Quality Requirements
- Resolution ≥ 720p. Low-resolution videos (< 720p) must have clear facial images;
- Child's face unobstructed, close-up, neutral expression or small movements, for easy facial feature extractio;
- Early childhood (e.g., 6 months-3 years) videos preferred;
Note :Some social platforms support photo-and-text format content besides videos.

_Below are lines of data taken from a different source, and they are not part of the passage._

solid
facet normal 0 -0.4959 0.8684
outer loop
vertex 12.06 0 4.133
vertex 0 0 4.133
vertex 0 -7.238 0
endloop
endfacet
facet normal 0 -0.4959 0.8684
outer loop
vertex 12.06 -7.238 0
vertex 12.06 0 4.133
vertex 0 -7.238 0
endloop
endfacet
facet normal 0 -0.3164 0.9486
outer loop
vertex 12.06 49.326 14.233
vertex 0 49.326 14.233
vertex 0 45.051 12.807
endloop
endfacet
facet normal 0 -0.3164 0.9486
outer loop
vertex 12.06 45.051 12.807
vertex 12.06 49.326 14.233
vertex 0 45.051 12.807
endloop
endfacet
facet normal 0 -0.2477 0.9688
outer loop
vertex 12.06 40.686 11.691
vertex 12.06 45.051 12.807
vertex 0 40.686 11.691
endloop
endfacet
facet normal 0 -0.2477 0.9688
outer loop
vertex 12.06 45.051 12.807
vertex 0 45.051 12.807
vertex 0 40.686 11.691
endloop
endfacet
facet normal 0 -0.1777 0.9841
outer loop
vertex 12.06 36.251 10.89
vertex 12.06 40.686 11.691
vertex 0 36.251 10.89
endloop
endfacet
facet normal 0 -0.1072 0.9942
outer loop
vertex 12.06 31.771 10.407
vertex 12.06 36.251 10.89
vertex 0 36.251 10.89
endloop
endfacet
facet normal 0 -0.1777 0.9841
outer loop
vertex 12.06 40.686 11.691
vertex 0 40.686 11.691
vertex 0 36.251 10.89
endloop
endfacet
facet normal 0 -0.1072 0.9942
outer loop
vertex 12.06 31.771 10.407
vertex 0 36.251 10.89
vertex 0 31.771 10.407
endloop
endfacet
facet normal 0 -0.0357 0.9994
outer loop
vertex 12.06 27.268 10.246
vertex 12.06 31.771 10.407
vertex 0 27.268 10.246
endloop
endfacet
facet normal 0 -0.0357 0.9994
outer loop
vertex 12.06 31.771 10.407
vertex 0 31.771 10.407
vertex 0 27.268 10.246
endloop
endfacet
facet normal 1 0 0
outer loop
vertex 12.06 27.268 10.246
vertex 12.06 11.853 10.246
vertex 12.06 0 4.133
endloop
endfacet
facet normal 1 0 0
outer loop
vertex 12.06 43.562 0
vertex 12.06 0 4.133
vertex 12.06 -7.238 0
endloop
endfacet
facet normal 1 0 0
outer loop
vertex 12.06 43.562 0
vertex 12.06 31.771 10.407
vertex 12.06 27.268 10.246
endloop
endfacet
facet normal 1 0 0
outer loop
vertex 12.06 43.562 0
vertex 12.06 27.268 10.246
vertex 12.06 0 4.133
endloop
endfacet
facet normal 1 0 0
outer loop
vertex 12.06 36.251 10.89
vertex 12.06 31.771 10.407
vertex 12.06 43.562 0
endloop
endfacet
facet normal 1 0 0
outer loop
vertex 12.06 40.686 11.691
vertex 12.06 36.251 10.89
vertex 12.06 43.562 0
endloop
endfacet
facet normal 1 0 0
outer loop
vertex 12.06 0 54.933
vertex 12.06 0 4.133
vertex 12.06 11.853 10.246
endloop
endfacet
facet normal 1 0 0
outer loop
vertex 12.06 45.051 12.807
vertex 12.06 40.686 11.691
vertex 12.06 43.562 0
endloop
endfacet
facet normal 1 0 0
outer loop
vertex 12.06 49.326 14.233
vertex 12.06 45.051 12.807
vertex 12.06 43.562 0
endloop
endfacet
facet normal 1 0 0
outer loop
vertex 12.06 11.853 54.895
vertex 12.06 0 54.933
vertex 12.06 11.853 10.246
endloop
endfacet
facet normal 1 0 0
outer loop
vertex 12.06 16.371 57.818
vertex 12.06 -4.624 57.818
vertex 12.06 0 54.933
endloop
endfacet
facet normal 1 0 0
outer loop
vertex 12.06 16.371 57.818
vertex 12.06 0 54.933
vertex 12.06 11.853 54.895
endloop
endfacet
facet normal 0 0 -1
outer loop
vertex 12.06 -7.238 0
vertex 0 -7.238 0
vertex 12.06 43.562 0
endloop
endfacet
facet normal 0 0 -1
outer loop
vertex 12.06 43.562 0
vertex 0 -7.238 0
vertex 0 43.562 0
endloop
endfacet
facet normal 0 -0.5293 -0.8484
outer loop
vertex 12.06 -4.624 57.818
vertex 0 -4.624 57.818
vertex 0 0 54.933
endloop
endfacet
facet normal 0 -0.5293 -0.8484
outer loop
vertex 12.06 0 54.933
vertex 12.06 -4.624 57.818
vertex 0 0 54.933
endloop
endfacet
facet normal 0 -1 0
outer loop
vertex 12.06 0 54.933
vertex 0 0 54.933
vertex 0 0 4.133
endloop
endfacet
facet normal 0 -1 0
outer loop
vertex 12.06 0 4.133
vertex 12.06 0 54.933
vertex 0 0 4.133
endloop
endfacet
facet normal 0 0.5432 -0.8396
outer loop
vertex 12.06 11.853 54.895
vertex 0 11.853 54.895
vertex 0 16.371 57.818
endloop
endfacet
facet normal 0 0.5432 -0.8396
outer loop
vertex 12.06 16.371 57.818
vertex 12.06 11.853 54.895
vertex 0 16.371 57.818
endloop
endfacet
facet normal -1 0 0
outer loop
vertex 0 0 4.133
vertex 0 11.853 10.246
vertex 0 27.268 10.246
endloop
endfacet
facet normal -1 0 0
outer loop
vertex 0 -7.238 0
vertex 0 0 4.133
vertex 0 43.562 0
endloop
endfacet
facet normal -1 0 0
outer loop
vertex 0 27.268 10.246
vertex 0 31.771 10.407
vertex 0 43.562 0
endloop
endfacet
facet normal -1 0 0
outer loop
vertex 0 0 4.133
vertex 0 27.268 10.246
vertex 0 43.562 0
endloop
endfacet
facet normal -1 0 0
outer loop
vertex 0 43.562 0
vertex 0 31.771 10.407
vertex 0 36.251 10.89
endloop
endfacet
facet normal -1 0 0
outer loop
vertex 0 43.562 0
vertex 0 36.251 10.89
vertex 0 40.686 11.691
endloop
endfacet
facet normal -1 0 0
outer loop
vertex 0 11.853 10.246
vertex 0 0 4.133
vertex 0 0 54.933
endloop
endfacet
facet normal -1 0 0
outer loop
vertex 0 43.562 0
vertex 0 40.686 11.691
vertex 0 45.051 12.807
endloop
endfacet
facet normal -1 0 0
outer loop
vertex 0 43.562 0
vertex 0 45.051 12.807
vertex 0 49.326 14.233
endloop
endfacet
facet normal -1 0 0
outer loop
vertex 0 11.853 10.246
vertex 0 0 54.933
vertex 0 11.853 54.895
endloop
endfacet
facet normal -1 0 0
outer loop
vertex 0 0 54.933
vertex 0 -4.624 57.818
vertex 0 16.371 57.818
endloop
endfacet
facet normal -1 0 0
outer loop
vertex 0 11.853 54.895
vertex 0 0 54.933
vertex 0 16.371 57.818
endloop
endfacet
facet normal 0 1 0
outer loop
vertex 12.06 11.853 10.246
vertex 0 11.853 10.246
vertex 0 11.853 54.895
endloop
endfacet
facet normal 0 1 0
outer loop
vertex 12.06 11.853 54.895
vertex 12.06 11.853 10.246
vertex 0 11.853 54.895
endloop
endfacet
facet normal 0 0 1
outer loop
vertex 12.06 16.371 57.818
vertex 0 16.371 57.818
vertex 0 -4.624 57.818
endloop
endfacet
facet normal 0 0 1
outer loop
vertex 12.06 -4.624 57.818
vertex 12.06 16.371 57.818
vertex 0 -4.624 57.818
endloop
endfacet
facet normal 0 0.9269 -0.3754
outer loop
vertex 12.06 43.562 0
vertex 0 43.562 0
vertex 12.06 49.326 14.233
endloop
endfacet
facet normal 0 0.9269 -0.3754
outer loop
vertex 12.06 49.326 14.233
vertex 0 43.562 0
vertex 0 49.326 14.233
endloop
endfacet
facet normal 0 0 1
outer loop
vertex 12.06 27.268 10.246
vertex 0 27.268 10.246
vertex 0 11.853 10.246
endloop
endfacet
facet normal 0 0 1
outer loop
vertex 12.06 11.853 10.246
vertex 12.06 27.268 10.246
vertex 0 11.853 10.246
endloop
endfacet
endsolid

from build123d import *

# Parameters (mm, degrees)
F1_DEPTH = 12.05993
F3_DEPTH = 12.23708
F4_W     = 63.86287231
F4_H     = 63.649994554
F5_DEPTH = 2.13452
F6_R     = 49.0086529646
F6_W     = 63.86287231
F6_H     = 63.649994554
F7_DEPTH = 9.144


with BuildPart() as f1:
    # F0 (on Right) → F1 (new body)
    with BuildSketch(Plane.YZ):
        with BuildLine():
            Line((0, 4.1334182024), (-7.2379880522, 0))
            Line((-7.2379880522, 0), (43.5620119478, 0))
            Line((43.5620119478, 0), (49.3261106312, 14.2325060442))
            ThreePointArc((49.3261106312, 14.2325060442), (38.4755079225, 11.2506522164), (27.267575264, 10.2460244671))
            Line((27.267575264, 10.2460244671), (11.8531771004, 10.2460244671))
            Line((11.8531771004, 10.2460244671), (11.8531771004, 54.8946261406))
            Line((11.8531771004, 54.8946261406), (16.3711905479, 57.8180477023))
            Line((16.3711905479, 57.8180477023), (-4.6242829412, 57.8180477023))
            Line((-4.6242829412, 57.8180477023), (0, 54.9334182024))
            Line((0, 54.9334182024), (0, 4.1334182024))
        make_face()
    extrude(amount=F1_DEPTH)


with BuildPart() as f3:
    # F2 (on Right) → F3 (new body)
    with BuildSketch(Plane.YZ):
        Polygon((-8.8458675891, -1.5856656246), (-10.2534089237, -3.0272443658), (53.2465910763, -3.0272443658), (51.5569411218, -1.4188061468), align=None)
        Polygon((-10.2534089237, 60.4727556342), (-10.2534089237, -3.0272443658), (-8.8458675891, -1.5856656246), (-8.8458675891, 58.8171444833), align=None)
        Polygon((51.5569411218, -1.4188061468), (53.2465910763, -3.0272443658), (53.2465910763, 60.4727556342), (51.5569411218, 58.8171444833), align=None)
        Polygon((53.2465910763, 60.4727556342), (-10.2534089237, 60.4727556342), (-8.8458675891, 58.8171444833), (51.5569411218, 58.8171444833), align=None)
    extrude(amount=F3_DEPTH)


with BuildPart() as f5:
    # F4 (on Right) → F5 (new body)
    with BuildSketch(Plane.YZ):
        with Locations((21.525492426, 28.6787872901)):
            Rectangle(F4_W, F4_H)
    extrude(amount=-F5_DEPTH)

    # F6 (on face) → F7 (join)
    with BuildSketch(Plane(origin=(-2.13452, 0, 0), x_dir=(0, -1, 0), z_dir=(-1, 0, 0))):
        with Locations((-21.525492426, 28.6787872901)):
            Circle(F6_R)
        with Locations((-21.525492426, 28.6787872901)):
            Rectangle(F6_W, F6_H, mode=Mode.SUBTRACT)
    extrude(amount=-F7_DEPTH)


solid = f1.part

We include this in video selection, using the same criteria.
Facial Image Cropping Standards
Quantity
Only 1 optimal facial image per child.
Technical Requirements
- Full face (including ears), no shadows/obstructions;
- Facial yaw ≤ 40° (OpenFace tool's optimal recognition range);
- Neutral expression preferred, avoid exaggerated actions (e.g., laughing, crying), maintain original facial structure.
Video Formats
Bilibili, Douyin, Quick Worker, Watermelon Video: MP4 format;
Tencent Video: QLV forma;
Youku Video: KUX format.
Dataset Structure and Usage
Facial Image Naming Rule
Example:2-1-3-4
First Digit: Platform Number (1 = Bilibili, 2 = Douyin, 3 = Quick Worker, 4 = Tencent Video, 5 = Watermelon Video, 6 = Youku Video, 7 = Rednote);
Second Digit: User Sequence Number within Platform;
Third Digit Z: Video Sequence Number of the User;
Fourth Digit W: Facial Image Sequence Number within the Video.
Application Scenarios
Behavioral Analysis: Analyze autistic children's social interaction patterns by combining video timestamps.
AI Model Training: Train classification models using facial features (e.g., AU action units) extracted by OpenFace.
Cross-modal Research: Link facial features with voice and limb movement data.